Beckwith attended a private school in Washington, D.C., and New York Military Academy in Cornwall, New York, in addition to spending two years at his grandfather Robert Todd Lincoln's previous boarding school, Phillips Exeter Academy. He later received a law degree from what is now Georgetown University.

==Adulthood==
Beckwith enjoyed boating and sailing and generally avoided the media and publicity. On one occasion, a newspaper published pictures of him as a young man when he was arrested for speeding in Omaha, Nebraska.

Beckwith's mother died in 1948 and in later life, he gave his profession as "gentleman farmer of independent means", his inheritance having included a working farm in Middlesex County, Virginia.

Beckwith was a representative for Illinois Day as part of the 1964 New York World's Fair. In June 1965, he received an honorary doctorate degree from his parents' school, Iowa Wesleyan College. Also in 1965, he was a guest of honor at Chicago's commemoration ceremony upon the 100th anniversary of Lincoln's funeral.

In 1967, Beckwith was quoted as saying he "was not especially interested" in his ancestors' life in the White House. He did however retain some Lincoln memorabilia, most of which he gave to the state of Illinois, and Lincoln's rifle which he later gave to the Smithsonian Institution.

==Marriages==
Beckwith married three times, first to Hazel Frances Holland (formerly Wilson; 1899–1966), in March 1927, second to Annemarie Hoffman (born c. 1940), in November 1967, and third to Margaret Elizabeth Hogan (formerly Fristoe; 1921–2009), in 1979. His marriage to Holland lasted nearly four decades, ending with her death in 1966. His marriage to Hoffman lasted almost nine years, ending in divorce in September 1976, and his marriage to Hogan ended with his own death, in 1985.

Beckwith never publicly acknowledged paternity for any child, making him the last confirmed descendant of Abraham Lincoln, the 16th president of the United States. However, he did have step-children through his marriages to Holland and Hogan. Hoffman alleged that her son, Timothy Lincoln Beckwith, born in 1968, during her marriage to Beckwith, was fathered by him, but her failure to present the child for paternity testing coupled with proof Beckwith had undergone a vasectomy some years prior to the child's birth led the Superior Court of the District of Columbia to declare that Beckwith was not the father.

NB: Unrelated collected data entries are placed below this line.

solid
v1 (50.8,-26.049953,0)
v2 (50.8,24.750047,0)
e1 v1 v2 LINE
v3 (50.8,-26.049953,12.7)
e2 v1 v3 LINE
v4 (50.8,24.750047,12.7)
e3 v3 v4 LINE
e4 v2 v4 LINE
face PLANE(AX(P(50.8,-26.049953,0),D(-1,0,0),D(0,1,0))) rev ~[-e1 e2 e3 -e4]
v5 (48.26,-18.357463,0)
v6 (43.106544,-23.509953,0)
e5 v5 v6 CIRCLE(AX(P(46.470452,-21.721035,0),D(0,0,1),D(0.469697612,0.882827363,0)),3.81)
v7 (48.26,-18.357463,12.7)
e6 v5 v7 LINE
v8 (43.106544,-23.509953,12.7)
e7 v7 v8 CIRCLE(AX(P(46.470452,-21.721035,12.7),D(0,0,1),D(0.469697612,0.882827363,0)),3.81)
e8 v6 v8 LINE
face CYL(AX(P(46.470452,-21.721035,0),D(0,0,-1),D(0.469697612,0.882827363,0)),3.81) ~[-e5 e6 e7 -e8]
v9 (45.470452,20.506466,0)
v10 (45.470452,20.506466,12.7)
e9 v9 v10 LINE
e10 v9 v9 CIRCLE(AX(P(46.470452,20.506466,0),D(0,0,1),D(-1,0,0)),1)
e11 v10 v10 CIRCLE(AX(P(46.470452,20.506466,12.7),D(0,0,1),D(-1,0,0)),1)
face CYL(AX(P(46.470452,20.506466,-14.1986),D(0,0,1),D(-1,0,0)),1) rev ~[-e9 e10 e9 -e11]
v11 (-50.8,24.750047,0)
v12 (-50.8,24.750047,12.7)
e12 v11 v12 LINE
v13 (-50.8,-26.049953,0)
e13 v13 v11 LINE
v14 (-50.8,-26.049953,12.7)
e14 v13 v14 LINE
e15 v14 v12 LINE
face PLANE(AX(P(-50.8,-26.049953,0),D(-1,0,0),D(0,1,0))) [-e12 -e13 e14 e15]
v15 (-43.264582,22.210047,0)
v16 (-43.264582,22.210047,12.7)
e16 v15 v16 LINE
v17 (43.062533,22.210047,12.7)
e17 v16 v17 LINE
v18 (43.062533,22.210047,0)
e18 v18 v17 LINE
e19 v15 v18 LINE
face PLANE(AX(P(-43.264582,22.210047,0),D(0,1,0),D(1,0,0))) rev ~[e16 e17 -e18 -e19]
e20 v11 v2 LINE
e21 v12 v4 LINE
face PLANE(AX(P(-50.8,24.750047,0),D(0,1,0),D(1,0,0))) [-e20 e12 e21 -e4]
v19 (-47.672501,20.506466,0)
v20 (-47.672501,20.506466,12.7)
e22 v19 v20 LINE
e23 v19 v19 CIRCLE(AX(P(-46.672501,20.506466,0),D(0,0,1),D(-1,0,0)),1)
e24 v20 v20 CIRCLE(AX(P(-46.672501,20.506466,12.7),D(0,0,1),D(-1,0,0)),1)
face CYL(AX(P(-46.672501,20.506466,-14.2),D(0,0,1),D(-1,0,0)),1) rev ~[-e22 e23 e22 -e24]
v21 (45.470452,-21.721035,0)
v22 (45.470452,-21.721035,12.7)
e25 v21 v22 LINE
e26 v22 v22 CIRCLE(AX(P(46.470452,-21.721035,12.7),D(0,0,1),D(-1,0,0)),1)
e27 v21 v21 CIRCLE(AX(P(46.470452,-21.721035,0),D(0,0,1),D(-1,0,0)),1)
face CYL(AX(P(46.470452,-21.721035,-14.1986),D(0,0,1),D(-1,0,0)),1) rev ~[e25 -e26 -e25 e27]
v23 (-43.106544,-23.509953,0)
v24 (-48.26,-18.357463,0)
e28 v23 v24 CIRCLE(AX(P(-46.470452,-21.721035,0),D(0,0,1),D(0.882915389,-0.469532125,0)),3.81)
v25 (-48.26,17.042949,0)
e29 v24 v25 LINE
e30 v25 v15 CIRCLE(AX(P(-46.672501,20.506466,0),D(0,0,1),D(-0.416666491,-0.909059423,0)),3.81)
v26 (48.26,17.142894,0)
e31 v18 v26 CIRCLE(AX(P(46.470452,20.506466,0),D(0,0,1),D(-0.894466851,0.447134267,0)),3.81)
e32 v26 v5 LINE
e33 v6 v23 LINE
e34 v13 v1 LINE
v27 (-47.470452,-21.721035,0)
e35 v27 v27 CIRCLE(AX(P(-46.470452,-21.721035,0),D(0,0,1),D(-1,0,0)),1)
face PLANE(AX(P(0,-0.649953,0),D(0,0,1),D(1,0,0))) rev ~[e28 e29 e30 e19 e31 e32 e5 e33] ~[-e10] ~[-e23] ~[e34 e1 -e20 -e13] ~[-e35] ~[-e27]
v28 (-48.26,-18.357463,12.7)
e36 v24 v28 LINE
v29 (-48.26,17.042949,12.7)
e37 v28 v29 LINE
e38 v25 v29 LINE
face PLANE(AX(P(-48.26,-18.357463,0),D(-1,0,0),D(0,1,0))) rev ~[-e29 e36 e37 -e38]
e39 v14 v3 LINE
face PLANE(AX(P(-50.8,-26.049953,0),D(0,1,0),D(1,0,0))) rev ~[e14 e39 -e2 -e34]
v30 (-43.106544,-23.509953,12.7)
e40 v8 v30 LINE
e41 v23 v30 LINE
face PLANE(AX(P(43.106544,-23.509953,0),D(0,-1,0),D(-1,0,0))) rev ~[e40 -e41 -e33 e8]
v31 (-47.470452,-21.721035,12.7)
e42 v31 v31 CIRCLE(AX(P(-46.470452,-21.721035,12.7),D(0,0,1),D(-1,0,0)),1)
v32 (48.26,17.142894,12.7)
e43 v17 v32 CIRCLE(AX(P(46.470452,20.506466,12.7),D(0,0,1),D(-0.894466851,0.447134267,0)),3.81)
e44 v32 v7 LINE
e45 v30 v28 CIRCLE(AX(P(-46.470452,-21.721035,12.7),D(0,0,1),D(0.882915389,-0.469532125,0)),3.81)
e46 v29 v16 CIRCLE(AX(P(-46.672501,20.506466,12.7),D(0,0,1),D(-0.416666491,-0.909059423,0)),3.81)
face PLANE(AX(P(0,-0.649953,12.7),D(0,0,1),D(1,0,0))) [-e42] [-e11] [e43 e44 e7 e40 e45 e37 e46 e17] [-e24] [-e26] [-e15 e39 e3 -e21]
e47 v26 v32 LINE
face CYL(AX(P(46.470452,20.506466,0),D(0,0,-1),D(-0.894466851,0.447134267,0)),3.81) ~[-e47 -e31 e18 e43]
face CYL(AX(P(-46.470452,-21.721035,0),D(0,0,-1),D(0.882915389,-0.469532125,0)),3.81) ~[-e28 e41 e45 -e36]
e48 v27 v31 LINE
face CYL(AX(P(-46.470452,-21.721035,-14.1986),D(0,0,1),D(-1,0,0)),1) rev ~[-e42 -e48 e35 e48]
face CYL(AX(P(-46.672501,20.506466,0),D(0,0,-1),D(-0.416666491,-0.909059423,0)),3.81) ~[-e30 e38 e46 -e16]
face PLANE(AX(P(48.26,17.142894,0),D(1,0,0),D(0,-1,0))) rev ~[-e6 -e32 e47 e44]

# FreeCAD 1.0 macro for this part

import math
import FreeCAD as App
import Part
import Sketcher

V = App.Vector
Q = App.Units.Quantity

doc = App.newDocument("Part")
params = doc.addObject("Spreadsheet::Sheet", "Params")
for row, (alias, value) in enumerate([
    ("sketch1_width", "4 in"),
    ("sketch1_height", "2 in"),
    ("sketch1_radius", "0.15 in"),
    ("pad1_length", "0.5 in"),
    ("hole_diameter", "2 mm"),
    ("hole_depth", "0.559 in"),
    ("hole2_diameter", "2 mm"),
    ("hole2_depth", "0.559 in"),
    ("hole3_diameter", "2 mm"),
    ("hole3_depth", "0.559 in"),
    ("hole4_diameter", "2 mm"),
    ("hole4_depth", "14.2 mm"),
], start=1):
    params.set(f"A{row}", alias)
    params.set(f"B{row}", "=" + value)
    params.setAlias(f"B{row}", alias)

body = doc.addObject("PartDesign::Body", "Body")

sketch1 = doc.addObject("Sketcher::SketchObject", "Sketch")
body.addObject(sketch1)
sketch1.AttachmentSupport = (doc.XY_Plane, [""])
sketch1.MapMode = "FlatFace"
sketch1.addGeometry([
    Part.LineSegment(V(-50.8, 24.8, 0), V(-50.8, -26, 0)),
    Part.LineSegment(V(-50.8, -26, 0), V(50.8, -26, 0)),
    Part.LineSegment(V(50.8, -26, 0), V(50.8, 24.8, 0)),
    Part.LineSegment(V(50.8, 24.8, 0), V(-50.8, 24.8, 0)),
    Part.LineSegment(V(-48.3, -18.4, 0), V(-48.3, 17, 0)),
    Part.ArcOfCircle(Part.Circle(V(-46.7, 20.5, 0), V(0, 0, 1), 3.8), math.radians(-115), math.radians(27)),
    Part.LineSegment(V(-43.3, 22.2, 0), V(43.1, 22.2, 0)),
    Part.ArcOfCircle(Part.Circle(V(46.5, 20.5, 0), V(0, 0, 1), 3.8), math.radians(153), math.radians(298)),
    Part.LineSegment(V(48.3, 17.1, 0), V(48.3, -18.4, 0)),
    Part.ArcOfCircle(Part.Circle(V(46.5, -21.7, 0), V(0, 0, 1), 3.8), math.radians(62), math.radians(208)),
    Part.LineSegment(V(43.1, -23.5, 0), V(-43.1, -23.5, 0)),
    Part.ArcOfCircle(Part.Circle(V(-46.5, -21.7, 0), V(0, 0, 1), 3.8), math.radians(-28), math.radians(118)),
], False)
sketch1.addConstraint([
    Sketcher.Constraint("Coincident", 0, 2, 1, 1),
    Sketcher.Constraint("Coincident", 1, 2, 2, 1),
    Sketcher.Constraint("Coincident", 2, 2, 3, 1),
    Sketcher.Constraint("Coincident", 3, 2, 0, 1),
    Sketcher.Constraint("Coincident", 4, 2, 5, 1),
    Sketcher.Constraint("Coincident", 5, 2, 6, 1),
    Sketcher.Constraint("Coincident", 6, 2, 7, 1),
    Sketcher.Constraint("Coincident", 7, 2, 8, 1),
    Sketcher.Constraint("Coincident", 8, 2, 9, 1),
    Sketcher.Constraint("Coincident", 9, 2, 10, 1),
    Sketcher.Constraint("Coincident", 10, 2, 11, 1),
    Sketcher.Constraint("Coincident", 11, 2, 4, 1),
    Sketcher.Constraint("Vertical", 0),
    Sketcher.Constraint("Horizontal", 1),
    Sketcher.Constraint("Vertical", 2),
    Sketcher.Constraint("Horizontal", 3),
    Sketcher.Constraint("Vertical", 4),
    Sketcher.Constraint("Horizontal", 6),
    Sketcher.Constraint("Vertical", 8),
    Sketcher.Constraint("Horizontal", 10),
    Sketcher.Constraint("Equal", 5, 7),
    Sketcher.Constraint("Equal", 7, 9),
    Sketcher.Constraint("Equal", 9, 11),
    Sketcher.Constraint("Symmetric", 9, 3, 11, 3, -2),
    Sketcher.Constraint("Horizontal", 5, 3, 7, 3),
    Sketcher.Constraint("Horizontal", 8, 2, 11, 2),
    Sketcher.Constraint("Vertical", 7, 3, 9, 3),
    Sketcher.Constraint("DistanceX", 1, 1, 1, 2, Q("4 in")),
    Sketcher.Constraint("DistanceY", 0, 2, 0, 1, Q("2 in")),
    Sketcher.Constraint("Radius", 5, Q("0.15 in")),
    Sketcher.Constraint("DistanceX", 0, 2, -1, 1, Q("2 in")),
    Sketcher.Constraint("DistanceX", 4, 2, -1, 1, Q("1.9 in")),
    Sketcher.Constraint("DistanceY", 5, 2, 3, 2, Q("0.1 in")),
    Sketcher.Constraint("DistanceY", 1, 2, 9, 2, Q("0.1 in")),
    Sketcher.Constraint("DistanceX", 4, 2, 5, 3, Q("0.0625 in")),
    Sketcher.Constraint("DistanceY", 9, 3, 7, 3, Q("1.6625 in")),
    Sketcher.Constraint("DistanceX", 10, 2, 10, 1, 86.213089),
    Sketcher.Constraint("DistanceX", 6, 1, 6, 2, 86.327115),
    Sketcher.Constraint("DistanceY", -1, 1, 4, 2, 17.042949),
])
sketch1.setExpression("Constraints[27]", "Params.sketch1_width")
sketch1.setExpression("Constraints[28]", "Params.sketch1_height")
sketch1.setExpression("Constraints[29]", "Params.sketch1_radius")
pad1 = doc.addObject("PartDesign::Pad", "Pad")
body.addObject(pad1)
pad1.Profile = sketch1
pad1.setExpression("Length", "Params.pad1_length")

sketch2 = doc.addObject("Sketcher::SketchObject", "Sketch001")
body.addObject(sketch2)
sketch2.AttachmentSupport = (doc.XY_Plane, [""])
sketch2.MapMode = "FlatFace"
sketch2.addGeometry(Part.Circle(V(46.5, 20.5, 0), V(0, 0, 1), 1), False)
sketch2.addConstraint([
    Sketcher.Constraint("Diameter", 0, 2.0),
    Sketcher.Constraint("DistanceX", -1, 1, 0, 3, 46.470452),
    Sketcher.Constraint("DistanceY", -1, 1, 0, 3, 20.506466),
])
doc.recompute()
hole = doc.addObject("PartDesign::Hole", "Hole")
body.addObject(hole)
hole.Profile = sketch2
hole.ThreadType = "None"
hole.setExpression("Diameter", "Params.hole_diameter")
hole.DepthType = "Dimension"
hole.setExpression("Depth", "Params.hole_depth")
hole.DrillPoint = "Angled"
hole.DrillPointAngle = 118
hole.Reversed = True

sketch3 = doc.addObject("Sketcher::SketchObject", "Sketch002")
body.addObject(sketch3)
sketch3.AttachmentSupport = (doc.XY_Plane, [""])
sketch3.MapMode = "FlatFace"
sketch3.addGeometry(Part.Circle(V(-46.5, -21.7, 0), V(0, 0, 1), 1), False)
sketch3.addConstraint([
    Sketcher.Constraint("Diameter", 0, 2.0),
    Sketcher.Constraint("DistanceX", 0, 3, -1, 1, 46.470452),
    Sketcher.Constraint("DistanceY", 0, 3, -1, 1, 21.721035),
])
doc.recompute()
hole2 = doc.addObject("PartDesign::Hole", "Hole001")
body.addObject(hole2)
hole2.Profile = sketch3
hole2.ThreadType = "None"
hole2.setExpression("Diameter", "Params.hole2_diameter")
hole2.DepthType = "Dimension"
hole2.setExpression("Depth", "Params.hole2_depth")
hole2.DrillPoint = "Angled"
hole2.DrillPointAngle = 118
hole2.Reversed = True

sketch4 = doc.addObject("Sketcher::SketchObject", "Sketch003")
body.addObject(sketch4)
sketch4.AttachmentSupport = (doc.XY_Plane, [""])
sketch4.MapMode = "FlatFace"
sketch4.addGeometry(Part.Circle(V(46.5, -21.7, 0), V(0, 0, 1), 1), False)
sketch4.addConstraint([
    Sketcher.Constraint("Diameter", 0, 2.0),
    Sketcher.Constraint("DistanceX", -1, 1, 0, 3, 46.470452),
    Sketcher.Constraint("DistanceY", 0, 3, -1, 1, 21.721035),
])
doc.recompute()
hole3 = doc.addObject("PartDesign::Hole", "Hole002")
body.addObject(hole3)
hole3.Profile = sketch4
hole3.ThreadType = "None"
hole3.setExpression("Diameter", "Params.hole3_diameter")
hole3.DepthType = "Dimension"
hole3.setExpression("Depth", "Params.hole3_depth")
hole3.DrillPoint = "Angled"
hole3.DrillPointAngle = 118
hole3.Reversed = True

sketch5 = doc.addObject("Sketcher::SketchObject", "Sketch004")
body.addObject(sketch5)
sketch5.AttachmentSupport = (doc.XY_Plane, [""])
sketch5.MapMode = "FlatFace"
sketch5.addGeometry(Part.Circle(V(-46.7, 20.5, 0), V(0, 0, 1), 1), False)
sketch5.addConstraint([
    Sketcher.Constraint("Diameter", 0, 2.0),
    Sketcher.Constraint("DistanceX", 0, 3, -1, 1, Q("1.8375 in")),
    Sketcher.Constraint("DistanceY", -1, 1, 0, 3, 20.506466),
])
doc.recompute()
hole4 = doc.addObject("PartDesign::Hole", "Hole003")
body.addObject(hole4)
hole4.Profile = sketch5
hole4.ThreadType = "None"
hole4.setExpression("Diameter", "Params.hole4_diameter")
hole4.DepthType = "Dimension"
hole4.setExpression("Depth", "Params.hole4_depth")
hole4.DrillPoint = "Angled"
hole4.DrillPointAngle = 118
hole4.Reversed = True

doc.recompute()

Despite the court's ruling, Timothy's claims to Beckwith's estate were never terminated, and after Beckwith's death in 1985, charitable organizations that had been named as beneficiaries in Beckwith's will offered Timothy, then 17 years old, a settlement of US$1,000,000 in exchange for giving up any claims to the estate. Since 1995, Timothy has worked as an assistant state's attorney in West Palm Beach, Florida, and has maintained a relatively low profile, though articles speculating about his paternity and possible relationship to Abraham Lincoln continue to be published.

==Death==
Beckwith spent his life between Vermont and the Washington, D.C. vicinity. He died on Christmas Eve, 1985, in Hartfield, Virginia, where he had lived in a nursing home.